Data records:
○ ○ ○ ○ ○ ○ ○

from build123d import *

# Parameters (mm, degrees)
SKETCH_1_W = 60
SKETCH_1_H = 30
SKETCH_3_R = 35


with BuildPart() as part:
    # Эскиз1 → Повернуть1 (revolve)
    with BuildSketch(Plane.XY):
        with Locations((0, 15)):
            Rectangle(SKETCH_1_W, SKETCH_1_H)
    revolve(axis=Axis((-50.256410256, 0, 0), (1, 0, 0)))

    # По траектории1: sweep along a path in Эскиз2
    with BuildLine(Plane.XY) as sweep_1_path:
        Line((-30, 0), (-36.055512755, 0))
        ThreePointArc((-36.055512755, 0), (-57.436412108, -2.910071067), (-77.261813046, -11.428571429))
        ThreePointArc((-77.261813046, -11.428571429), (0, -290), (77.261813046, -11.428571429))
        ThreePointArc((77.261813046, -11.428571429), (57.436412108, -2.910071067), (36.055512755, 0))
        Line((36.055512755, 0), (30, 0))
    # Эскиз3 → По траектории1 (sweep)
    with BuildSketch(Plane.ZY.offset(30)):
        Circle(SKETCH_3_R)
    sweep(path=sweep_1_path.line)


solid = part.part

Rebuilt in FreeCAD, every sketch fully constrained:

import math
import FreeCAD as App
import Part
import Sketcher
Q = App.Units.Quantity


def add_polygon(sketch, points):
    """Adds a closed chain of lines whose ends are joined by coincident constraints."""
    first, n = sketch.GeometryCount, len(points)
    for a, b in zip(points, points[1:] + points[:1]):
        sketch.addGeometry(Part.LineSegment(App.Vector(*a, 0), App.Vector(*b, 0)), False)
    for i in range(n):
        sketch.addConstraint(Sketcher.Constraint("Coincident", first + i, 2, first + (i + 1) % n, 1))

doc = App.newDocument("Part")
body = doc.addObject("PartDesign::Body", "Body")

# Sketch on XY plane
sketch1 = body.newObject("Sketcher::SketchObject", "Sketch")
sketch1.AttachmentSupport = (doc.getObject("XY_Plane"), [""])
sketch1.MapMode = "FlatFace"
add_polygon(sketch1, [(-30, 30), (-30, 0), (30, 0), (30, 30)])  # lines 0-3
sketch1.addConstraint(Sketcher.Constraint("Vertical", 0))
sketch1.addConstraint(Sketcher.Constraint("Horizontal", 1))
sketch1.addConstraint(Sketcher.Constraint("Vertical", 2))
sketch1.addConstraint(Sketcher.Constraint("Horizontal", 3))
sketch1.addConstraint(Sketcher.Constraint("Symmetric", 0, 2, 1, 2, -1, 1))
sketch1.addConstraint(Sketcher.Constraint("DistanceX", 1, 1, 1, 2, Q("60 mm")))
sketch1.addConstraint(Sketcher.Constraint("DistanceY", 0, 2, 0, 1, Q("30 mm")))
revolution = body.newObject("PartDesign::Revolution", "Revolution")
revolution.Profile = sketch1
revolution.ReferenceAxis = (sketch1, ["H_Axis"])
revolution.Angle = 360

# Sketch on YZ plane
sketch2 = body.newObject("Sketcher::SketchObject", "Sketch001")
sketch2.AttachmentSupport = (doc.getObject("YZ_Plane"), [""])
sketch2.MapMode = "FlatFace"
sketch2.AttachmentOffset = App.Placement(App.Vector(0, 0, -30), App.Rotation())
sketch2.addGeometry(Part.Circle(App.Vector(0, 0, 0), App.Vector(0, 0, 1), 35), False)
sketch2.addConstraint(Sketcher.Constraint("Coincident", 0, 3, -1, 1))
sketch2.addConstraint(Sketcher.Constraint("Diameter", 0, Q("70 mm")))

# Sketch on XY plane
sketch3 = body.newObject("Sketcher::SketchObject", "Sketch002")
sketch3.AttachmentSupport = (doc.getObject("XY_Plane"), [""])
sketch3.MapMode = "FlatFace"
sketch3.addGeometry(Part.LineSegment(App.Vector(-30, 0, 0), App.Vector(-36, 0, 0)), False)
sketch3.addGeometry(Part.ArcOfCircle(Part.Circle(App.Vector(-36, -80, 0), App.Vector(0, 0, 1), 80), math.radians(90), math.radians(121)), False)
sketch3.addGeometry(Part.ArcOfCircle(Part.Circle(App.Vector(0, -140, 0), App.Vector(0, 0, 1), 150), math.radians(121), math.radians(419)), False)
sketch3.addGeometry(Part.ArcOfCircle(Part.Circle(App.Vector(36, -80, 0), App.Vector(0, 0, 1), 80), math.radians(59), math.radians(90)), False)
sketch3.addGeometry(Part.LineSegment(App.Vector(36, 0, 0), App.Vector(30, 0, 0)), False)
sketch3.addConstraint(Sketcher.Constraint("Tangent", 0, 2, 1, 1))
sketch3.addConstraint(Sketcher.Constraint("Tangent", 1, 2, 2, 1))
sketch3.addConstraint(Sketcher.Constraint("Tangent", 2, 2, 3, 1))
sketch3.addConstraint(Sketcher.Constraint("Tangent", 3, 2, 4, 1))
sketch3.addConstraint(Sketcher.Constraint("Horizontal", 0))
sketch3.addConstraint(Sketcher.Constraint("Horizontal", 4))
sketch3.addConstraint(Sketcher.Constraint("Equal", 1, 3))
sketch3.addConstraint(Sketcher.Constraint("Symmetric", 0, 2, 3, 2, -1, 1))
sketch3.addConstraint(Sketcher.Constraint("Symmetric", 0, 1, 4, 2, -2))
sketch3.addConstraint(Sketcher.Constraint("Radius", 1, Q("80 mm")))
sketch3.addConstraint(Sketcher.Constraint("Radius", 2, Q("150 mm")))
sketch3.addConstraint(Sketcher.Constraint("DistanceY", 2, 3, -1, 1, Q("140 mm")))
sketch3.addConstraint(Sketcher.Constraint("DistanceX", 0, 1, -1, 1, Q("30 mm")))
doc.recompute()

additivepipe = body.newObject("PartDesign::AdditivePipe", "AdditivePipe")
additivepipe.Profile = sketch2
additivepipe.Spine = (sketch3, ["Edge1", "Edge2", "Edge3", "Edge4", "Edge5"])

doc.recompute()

○ ○ ○ ○ ○ ○ ○

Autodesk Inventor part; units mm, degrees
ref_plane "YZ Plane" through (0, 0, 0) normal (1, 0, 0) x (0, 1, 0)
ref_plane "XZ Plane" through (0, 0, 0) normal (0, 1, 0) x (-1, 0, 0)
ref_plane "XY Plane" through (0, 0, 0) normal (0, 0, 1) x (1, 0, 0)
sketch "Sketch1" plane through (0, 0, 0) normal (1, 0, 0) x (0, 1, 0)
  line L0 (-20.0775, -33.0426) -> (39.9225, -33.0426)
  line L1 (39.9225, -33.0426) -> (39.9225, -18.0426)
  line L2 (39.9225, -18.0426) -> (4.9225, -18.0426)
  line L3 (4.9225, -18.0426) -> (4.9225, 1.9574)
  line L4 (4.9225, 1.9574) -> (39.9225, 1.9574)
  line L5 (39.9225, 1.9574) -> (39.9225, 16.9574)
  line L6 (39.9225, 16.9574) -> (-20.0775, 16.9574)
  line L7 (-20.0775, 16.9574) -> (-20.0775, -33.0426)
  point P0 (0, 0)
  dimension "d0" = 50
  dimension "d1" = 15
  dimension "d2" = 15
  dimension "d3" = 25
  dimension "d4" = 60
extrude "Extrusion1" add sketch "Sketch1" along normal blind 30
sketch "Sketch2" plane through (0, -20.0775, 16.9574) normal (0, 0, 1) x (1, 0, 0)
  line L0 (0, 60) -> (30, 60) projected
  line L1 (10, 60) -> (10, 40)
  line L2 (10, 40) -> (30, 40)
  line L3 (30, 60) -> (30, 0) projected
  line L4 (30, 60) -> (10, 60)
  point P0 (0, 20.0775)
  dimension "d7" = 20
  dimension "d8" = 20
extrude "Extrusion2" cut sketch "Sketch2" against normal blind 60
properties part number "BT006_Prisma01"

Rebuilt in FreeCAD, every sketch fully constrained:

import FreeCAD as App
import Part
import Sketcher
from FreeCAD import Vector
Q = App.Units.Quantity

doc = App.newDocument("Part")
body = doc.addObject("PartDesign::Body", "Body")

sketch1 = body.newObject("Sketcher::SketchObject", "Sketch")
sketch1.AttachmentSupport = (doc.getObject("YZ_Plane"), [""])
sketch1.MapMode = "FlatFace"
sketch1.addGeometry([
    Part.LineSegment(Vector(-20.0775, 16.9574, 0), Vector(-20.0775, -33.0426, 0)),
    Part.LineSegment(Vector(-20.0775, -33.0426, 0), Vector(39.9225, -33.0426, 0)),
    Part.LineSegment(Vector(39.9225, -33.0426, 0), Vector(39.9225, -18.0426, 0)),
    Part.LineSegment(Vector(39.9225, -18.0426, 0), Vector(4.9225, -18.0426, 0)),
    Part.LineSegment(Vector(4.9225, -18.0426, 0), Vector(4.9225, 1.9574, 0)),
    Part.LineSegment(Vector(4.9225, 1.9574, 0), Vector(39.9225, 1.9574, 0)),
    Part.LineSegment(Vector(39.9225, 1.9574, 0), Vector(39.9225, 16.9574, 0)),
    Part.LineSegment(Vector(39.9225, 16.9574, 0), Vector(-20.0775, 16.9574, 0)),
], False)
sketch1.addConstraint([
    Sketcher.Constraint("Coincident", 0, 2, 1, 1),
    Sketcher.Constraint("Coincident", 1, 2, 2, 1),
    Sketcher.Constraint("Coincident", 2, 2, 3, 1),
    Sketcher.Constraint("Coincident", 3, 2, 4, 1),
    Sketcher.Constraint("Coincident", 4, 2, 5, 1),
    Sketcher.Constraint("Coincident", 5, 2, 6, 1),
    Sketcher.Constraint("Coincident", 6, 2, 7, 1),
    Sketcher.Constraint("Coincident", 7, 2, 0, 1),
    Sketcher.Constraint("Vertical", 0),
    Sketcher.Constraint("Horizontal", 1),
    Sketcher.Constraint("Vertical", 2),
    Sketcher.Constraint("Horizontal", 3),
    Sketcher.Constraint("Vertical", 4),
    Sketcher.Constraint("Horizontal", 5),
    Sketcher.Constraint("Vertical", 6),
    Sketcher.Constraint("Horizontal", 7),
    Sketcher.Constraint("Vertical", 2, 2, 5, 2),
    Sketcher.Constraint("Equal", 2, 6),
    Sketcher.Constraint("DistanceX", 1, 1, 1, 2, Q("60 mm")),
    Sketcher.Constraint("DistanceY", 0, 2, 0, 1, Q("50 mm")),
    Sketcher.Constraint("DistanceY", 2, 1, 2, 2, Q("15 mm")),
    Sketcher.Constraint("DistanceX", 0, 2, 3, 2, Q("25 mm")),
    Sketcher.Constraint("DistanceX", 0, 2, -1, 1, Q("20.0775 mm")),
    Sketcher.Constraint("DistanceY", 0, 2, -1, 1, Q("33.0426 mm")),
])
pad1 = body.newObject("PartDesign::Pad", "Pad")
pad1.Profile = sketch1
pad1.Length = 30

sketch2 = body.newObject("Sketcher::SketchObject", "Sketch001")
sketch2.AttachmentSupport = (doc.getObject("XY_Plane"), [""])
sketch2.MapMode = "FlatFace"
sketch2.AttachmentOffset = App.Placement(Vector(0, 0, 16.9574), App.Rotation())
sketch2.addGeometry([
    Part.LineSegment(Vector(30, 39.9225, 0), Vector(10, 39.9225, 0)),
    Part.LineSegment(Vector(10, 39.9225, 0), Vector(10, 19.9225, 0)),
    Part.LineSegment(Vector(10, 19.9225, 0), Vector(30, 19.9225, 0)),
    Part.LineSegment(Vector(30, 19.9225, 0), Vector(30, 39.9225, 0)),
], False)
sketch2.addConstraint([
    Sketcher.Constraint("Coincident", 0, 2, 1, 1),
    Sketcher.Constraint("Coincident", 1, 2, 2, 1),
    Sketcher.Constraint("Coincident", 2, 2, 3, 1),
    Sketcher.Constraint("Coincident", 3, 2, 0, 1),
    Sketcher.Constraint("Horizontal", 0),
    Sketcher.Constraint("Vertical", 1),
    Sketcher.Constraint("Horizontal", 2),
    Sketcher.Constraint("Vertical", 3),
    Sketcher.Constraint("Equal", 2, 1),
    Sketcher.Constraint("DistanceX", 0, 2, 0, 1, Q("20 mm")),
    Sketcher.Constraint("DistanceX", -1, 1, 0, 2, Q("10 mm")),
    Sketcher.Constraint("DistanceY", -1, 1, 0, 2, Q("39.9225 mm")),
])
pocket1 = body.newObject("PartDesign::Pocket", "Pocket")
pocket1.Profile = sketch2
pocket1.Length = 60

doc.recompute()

○ ○ ○ ○ ○ ○ ○

▶ Work required:
Scan the data for the word "along" and copy every line where it shows up.

▶ Written solution:
    # По траектории1: sweep along a path in Эскиз2
extrude "Extrusion1" add sketch "Sketch1" along normal blind 30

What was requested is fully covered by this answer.